Monday, January 29, 2018

Born Yesterday: ☼ ☼ ☼ BANG



"BILLIE!"

"WHAAATTTTT?"

Michael Torres brays like a high volume goat and Millie Brooks gives it right back to him.  Playing the corrupt industrialist Harry Brock, Torres has a face as florid as his voice is demanding, and as his ex-showgirl/concubine Billie, Brooks counters Harry's obnoxiousness with her refusal to knuckle under. Written in 1946, against the all too-familiar backdrop of a congress for sale to the highest bidder, Garson Kanin's "Born Yesterday" has a little sermon for us too: the bad guy just might lose and the good girl just might win.


Wait -- what year are we talking about? The business tycoon who needs to pull the entire world down into the mud, the lawyers who enable his nefarious schemes and the Senator who will push through any favorable legislation if the bribe is high enough?

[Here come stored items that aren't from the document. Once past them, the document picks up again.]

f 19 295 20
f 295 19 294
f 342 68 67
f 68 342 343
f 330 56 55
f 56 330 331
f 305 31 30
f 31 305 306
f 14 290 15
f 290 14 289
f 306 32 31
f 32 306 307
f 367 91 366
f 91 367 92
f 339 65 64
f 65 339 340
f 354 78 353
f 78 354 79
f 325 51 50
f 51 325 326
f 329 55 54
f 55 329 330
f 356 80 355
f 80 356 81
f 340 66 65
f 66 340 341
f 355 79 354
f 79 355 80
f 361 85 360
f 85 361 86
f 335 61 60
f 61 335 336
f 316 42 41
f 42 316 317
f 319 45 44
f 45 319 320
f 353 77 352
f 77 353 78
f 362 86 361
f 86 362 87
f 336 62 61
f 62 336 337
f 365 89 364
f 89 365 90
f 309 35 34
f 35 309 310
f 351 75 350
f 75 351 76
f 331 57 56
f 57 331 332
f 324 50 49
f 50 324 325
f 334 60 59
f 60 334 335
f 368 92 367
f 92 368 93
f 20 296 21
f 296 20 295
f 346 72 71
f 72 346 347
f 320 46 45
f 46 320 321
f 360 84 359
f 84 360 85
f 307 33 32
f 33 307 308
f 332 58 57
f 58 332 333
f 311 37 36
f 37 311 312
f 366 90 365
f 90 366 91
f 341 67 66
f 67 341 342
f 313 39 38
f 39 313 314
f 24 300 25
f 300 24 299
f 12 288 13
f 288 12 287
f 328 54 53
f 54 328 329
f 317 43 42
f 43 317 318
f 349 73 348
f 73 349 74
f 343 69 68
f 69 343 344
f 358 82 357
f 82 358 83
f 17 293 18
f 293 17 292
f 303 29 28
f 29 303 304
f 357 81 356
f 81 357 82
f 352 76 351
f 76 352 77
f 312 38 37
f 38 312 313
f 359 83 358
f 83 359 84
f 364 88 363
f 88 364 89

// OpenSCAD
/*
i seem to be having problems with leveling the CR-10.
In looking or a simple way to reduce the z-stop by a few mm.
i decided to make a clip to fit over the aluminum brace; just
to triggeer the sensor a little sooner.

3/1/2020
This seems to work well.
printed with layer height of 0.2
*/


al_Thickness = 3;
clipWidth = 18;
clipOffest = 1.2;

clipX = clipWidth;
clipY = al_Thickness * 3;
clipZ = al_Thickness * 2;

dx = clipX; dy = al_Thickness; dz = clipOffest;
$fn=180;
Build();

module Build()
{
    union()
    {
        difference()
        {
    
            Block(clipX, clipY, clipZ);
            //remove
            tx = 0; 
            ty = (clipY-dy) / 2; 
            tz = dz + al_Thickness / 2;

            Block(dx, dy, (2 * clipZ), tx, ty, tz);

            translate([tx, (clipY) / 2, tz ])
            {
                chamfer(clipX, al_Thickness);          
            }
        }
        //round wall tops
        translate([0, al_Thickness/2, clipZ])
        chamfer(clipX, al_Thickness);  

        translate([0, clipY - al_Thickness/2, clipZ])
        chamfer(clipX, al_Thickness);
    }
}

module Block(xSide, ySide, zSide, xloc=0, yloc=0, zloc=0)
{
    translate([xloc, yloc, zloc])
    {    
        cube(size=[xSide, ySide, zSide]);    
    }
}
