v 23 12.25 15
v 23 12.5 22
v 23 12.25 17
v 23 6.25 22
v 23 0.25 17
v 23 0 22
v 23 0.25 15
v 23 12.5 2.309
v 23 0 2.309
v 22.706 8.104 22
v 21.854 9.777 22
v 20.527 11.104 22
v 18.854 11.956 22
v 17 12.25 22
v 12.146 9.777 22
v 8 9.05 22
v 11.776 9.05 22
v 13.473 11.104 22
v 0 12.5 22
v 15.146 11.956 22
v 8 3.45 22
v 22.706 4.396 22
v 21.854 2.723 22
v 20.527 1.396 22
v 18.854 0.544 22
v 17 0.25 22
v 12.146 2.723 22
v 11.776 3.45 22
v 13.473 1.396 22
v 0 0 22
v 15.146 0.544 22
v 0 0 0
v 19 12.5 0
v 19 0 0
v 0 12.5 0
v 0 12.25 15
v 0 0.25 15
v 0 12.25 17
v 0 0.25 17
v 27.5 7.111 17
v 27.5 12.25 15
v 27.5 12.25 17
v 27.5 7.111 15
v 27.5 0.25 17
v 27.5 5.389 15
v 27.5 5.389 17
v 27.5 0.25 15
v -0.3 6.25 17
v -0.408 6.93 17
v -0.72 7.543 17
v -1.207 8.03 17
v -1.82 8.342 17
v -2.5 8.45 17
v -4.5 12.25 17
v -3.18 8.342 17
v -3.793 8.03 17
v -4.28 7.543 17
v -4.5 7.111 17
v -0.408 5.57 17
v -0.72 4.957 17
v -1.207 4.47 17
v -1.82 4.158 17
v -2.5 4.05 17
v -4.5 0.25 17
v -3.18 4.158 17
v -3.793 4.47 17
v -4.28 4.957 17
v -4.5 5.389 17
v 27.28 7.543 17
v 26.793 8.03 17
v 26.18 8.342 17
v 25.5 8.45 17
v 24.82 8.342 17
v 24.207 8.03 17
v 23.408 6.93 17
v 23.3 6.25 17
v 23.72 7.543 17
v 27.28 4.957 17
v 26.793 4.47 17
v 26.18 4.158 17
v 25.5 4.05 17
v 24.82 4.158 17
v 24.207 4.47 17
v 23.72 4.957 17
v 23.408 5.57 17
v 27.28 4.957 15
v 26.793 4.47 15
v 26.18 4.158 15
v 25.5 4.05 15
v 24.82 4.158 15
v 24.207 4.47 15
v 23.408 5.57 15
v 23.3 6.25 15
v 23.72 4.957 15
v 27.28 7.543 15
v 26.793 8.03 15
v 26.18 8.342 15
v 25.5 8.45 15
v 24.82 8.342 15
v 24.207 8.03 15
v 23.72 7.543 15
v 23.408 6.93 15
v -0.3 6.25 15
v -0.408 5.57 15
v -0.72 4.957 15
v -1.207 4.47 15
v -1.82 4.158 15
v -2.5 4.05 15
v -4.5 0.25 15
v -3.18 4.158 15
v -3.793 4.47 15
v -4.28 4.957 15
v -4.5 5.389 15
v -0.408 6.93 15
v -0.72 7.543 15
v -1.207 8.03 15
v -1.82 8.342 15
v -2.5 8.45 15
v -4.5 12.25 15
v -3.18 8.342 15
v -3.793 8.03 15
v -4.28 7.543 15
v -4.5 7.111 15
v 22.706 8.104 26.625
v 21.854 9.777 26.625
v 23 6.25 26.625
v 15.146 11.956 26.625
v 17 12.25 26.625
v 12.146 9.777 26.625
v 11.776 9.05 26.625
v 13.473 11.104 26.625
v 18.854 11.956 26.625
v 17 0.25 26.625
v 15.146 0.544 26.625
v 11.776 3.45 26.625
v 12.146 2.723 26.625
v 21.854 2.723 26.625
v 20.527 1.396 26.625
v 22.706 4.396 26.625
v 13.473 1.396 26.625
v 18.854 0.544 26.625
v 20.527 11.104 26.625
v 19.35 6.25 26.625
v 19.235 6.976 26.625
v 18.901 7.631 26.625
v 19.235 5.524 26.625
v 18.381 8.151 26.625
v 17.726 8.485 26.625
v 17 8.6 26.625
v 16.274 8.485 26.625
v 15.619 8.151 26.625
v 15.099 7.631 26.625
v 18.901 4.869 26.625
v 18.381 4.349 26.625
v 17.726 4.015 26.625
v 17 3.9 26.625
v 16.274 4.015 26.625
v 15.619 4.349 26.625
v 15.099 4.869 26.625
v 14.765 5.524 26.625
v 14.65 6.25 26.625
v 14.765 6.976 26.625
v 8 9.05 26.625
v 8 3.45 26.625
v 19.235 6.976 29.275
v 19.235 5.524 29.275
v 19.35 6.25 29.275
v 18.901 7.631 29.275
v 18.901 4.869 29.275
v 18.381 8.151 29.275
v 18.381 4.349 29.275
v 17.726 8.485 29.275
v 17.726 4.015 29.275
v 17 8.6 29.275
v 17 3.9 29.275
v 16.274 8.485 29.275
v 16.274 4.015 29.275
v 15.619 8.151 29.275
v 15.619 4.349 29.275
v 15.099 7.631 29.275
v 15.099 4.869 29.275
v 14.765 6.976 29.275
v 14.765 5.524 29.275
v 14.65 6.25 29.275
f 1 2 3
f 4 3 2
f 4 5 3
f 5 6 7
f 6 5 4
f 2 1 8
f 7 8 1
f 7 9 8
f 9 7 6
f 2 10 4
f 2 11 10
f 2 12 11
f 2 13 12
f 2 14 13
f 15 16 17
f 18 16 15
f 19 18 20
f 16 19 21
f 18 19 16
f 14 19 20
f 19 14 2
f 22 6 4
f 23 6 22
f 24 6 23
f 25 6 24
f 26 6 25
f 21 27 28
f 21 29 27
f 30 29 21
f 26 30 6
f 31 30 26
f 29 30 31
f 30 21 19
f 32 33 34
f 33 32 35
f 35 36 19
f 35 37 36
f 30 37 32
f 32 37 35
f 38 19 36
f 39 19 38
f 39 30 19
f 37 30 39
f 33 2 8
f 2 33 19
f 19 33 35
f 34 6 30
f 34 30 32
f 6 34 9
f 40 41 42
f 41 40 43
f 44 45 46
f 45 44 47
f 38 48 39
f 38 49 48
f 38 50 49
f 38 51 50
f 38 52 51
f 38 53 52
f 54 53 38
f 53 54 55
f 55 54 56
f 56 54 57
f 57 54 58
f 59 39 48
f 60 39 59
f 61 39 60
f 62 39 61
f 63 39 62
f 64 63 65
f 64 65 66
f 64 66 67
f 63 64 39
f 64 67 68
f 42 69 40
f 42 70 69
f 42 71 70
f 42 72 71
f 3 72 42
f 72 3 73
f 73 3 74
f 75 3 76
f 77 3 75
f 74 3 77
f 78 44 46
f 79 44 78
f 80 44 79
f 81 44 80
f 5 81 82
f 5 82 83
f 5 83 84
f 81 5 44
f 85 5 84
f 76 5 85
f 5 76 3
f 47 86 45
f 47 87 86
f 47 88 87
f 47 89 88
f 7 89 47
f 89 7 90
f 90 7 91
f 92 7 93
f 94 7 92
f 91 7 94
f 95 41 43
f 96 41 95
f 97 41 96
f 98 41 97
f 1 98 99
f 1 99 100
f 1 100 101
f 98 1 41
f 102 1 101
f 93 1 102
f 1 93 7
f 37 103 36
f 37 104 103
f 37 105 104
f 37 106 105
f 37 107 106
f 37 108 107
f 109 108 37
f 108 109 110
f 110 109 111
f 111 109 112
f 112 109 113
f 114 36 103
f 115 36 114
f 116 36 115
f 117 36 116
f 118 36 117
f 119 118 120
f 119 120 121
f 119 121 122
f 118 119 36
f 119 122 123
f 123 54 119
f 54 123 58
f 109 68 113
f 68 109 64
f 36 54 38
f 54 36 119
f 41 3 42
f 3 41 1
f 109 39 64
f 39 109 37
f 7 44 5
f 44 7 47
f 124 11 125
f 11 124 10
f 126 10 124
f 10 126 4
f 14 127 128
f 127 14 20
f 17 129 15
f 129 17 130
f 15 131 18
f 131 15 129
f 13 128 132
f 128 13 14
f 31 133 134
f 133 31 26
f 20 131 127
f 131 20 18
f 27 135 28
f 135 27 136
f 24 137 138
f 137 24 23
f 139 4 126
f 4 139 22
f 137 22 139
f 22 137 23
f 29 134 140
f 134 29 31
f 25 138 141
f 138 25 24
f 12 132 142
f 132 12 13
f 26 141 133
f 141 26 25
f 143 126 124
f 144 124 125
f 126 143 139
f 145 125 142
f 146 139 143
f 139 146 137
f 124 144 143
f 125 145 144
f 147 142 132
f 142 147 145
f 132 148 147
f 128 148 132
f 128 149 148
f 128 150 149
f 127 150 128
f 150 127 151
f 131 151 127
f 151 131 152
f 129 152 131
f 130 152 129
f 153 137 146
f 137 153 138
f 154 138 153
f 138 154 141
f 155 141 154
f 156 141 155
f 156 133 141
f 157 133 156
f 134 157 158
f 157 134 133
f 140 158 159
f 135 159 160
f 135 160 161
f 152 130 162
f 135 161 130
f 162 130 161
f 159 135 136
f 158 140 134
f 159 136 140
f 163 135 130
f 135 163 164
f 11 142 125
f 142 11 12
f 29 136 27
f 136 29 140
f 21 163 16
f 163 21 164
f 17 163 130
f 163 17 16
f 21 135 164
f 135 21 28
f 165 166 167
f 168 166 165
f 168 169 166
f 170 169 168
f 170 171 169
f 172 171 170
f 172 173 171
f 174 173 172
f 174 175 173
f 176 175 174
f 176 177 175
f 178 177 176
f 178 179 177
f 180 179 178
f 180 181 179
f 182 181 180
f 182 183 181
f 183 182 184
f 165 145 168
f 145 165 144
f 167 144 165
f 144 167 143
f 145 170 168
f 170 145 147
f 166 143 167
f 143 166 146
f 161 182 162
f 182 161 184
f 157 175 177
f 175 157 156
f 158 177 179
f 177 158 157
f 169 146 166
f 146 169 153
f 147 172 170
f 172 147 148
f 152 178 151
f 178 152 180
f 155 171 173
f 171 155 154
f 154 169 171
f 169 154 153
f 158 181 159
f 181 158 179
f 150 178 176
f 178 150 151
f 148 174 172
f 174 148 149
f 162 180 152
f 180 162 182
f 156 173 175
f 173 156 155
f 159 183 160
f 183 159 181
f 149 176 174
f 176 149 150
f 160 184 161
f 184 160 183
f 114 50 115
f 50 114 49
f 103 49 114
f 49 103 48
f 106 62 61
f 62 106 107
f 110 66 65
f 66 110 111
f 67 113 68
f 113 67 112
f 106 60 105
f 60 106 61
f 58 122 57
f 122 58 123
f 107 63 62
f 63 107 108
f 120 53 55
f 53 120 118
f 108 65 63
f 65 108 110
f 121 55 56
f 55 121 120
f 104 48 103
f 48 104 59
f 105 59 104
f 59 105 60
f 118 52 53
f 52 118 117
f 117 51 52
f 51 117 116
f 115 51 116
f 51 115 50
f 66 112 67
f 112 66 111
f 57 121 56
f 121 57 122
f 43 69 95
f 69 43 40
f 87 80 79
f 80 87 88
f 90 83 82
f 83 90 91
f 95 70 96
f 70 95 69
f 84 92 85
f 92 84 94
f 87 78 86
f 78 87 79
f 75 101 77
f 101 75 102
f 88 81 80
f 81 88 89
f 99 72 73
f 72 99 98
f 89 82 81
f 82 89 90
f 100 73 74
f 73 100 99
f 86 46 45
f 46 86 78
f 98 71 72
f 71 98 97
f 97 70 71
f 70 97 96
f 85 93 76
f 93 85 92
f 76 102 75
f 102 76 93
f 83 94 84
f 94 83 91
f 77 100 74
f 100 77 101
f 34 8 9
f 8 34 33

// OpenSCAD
// file: libraries/ng_motor.scad
// Courtesy of http://www.thingiverse.com/thing:29734/

// base length, width, height
ng_motor_bl = 23;
ng_motor_bw = 12.5;
ng_motor_bh = 22;
ng_motor_bdim = [ng_motor_bl, ng_motor_bw, ng_motor_bh];
// mount length, width, height, x offset, y offset, bottom
ng_motor_ml = 32;
ng_motor_mw = 12;
ng_motor_mh = 2;
ng_motor_mdim = [ng_motor_ml, ng_motor_mw, ng_motor_mh];
ng_motor_mx = (ng_motor_bl - ng_motor_ml) / 2;
ng_motor_my = (ng_motor_bw - ng_motor_mw) / 2;
ng_motor_mbot = ng_motor_bh / 2 + 4;
ng_motor_mpos = [ng_motor_mx, ng_motor_my, ng_motor_mbot];
// shaft base x offset, bottom, radius, and height
ng_motor_sbr = 6;
ng_motor_sbh = 4.625;
ng_motor_sbx = ng_motor_bl / 2 + 5.5;
ng_motor_sbbot = ng_motor_bh;
ng_motor_sby = ng_motor_bw / 2;
ng_motor_sbpos = [ng_motor_sbx, ng_motor_sby, ng_motor_sbbot];
// Ignoring the small, insignificant circle
// Drive gear x offset, y offset, bottom, length, width, height
ng_motor_dgl = 5;
ng_motor_dgw = 5.6;
ng_motor_dgh = 4.625;
ng_motor_dgdim = [ng_motor_dgl, ng_motor_dgw, ng_motor_dgh];
ng_motor_dgx = ng_motor_bl / 2 - ng_motor_dgl / 2 - 1;
ng_motor_dgy = ng_motor_bw / 2 - ng_motor_dgw / 2;
ng_motor_dgbot = ng_motor_bh;
ng_motor_dgpos = [ng_motor_dgx, ng_motor_dgy, ng_motor_dgbot];
// Drive axle radius, height, x offset, y offset, bottom
ng_motor_dar = 2.35;
ng_motor_dah = 2.65;
ng_motor_dax = ng_motor_bl / 2 + 5.5;
ng_motor_day = ng_motor_bw / 2;
ng_motor_dabot = ng_motor_sbbot + ng_motor_sbh;
ng_motor_dapos = [ng_motor_dax, ng_motor_day, ng_motor_dabot];
// Cutout x offset, y offset, bottom, angle, length, width, height
ng_motor_cl = 8;
ng_motor_cw = ng_motor_bw + 0.5;
ng_motor_ch = 4;
ng_motor_cdim = [ng_motor_cl, ng_motor_cw, ng_motor_ch];
ng_motor_cx = ng_motor_bl;
ng_motor_cy = ng_motor_bw / 2;
ng_motor_cbot = 0;
ng_motor_cpos = [ng_motor_cx, ng_motor_cy, ng_motor_cbot];
ng_motor_cangle = [0, -30, 0];
// Mounting holes x offsets, y offset, bottom, radius, height
ng_motor_mhx = [ng_motor_bl / 2 - 14, ng_motor_bl / 2 + 14];
ng_motor_mhy = ng_motor_bw / 2;
ng_motor_mhbot = ng_motor_mbot;
ng_motor_mhr = 2.2;
ng_motor_mhh = ng_motor_mh;
// Color
ng_motor_body_color = "steelblue";
ng_motor_axle_color = "white";

module ng_motor() {
  difference() {
    union() {
      // Main motor body
      color(ng_motor_body_color)
	cube(ng_motor_bdim);
      // Mount
      color(ng_motor_body_color)
	translate(ng_motor_mpos)
	cube(ng_motor_mdim);
      // Larger, lower shaft base
      color(ng_motor_body_color)
	translate(ng_motor_sbpos)
	cylinder(r=ng_motor_sbr, h=ng_motor_sbh, $fn=20);
      // Small insignificant circle
      *color(ng_motor_body_color)
      	translate([-.5,0,2.75])
	cylinder(r=1, h=25.75, $fn=20, center=true);
      // Drive gear beside the shaft base
      color(ng_motor_body_color)
	translate(ng_motor_dgpos)
	cube(ng_motor_dgdim);
      // Drive axle
      color(ng_motor_axle_color)
	translate(ng_motor_dapos)
	cylinder(r=ng_motor_dar, h=ng_motor_dah, $fn=20);
    }
    // Angled part on the bottom of the servo
    translate(ng_motor_cpos)
      rotate(ng_motor_cangle)
      cube(ng_motor_cdim, center=true);
    // Mounting holes
    echo(ng_motor_mhx);
    for (hole = ng_motor_mhx) {
      echo(hole);
      translate([hole, ng_motor_mhy, ng_motor_mhbot])
	cylinder(r=ng_motor_mhr, h=ng_motor_mhh, $fn=20);
    }
  }
}
// main file
include <libraries/ng_motor.scad>;

difference() {
  ng_motor();
  *translate([0, ng_motor_bw / 2, 0])
    cube([ng_motor_bl, ng_motor_bw, ng_motor_bh]);
}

We enjoyed Jason Kapoor as journalist Paul Verall; also Louis Parnell as Senator Hedges though he probably could have been smarmier; Anthony Fusco had the requisite amount of smarm as lawyer Ed Devery but he had become world-weary, whereas Harry Brock's nonstop ranting and raving must have seemed cartoon-like in 1946.

Today, not so much. The cartoon is our daily life and nothing is beyond belief.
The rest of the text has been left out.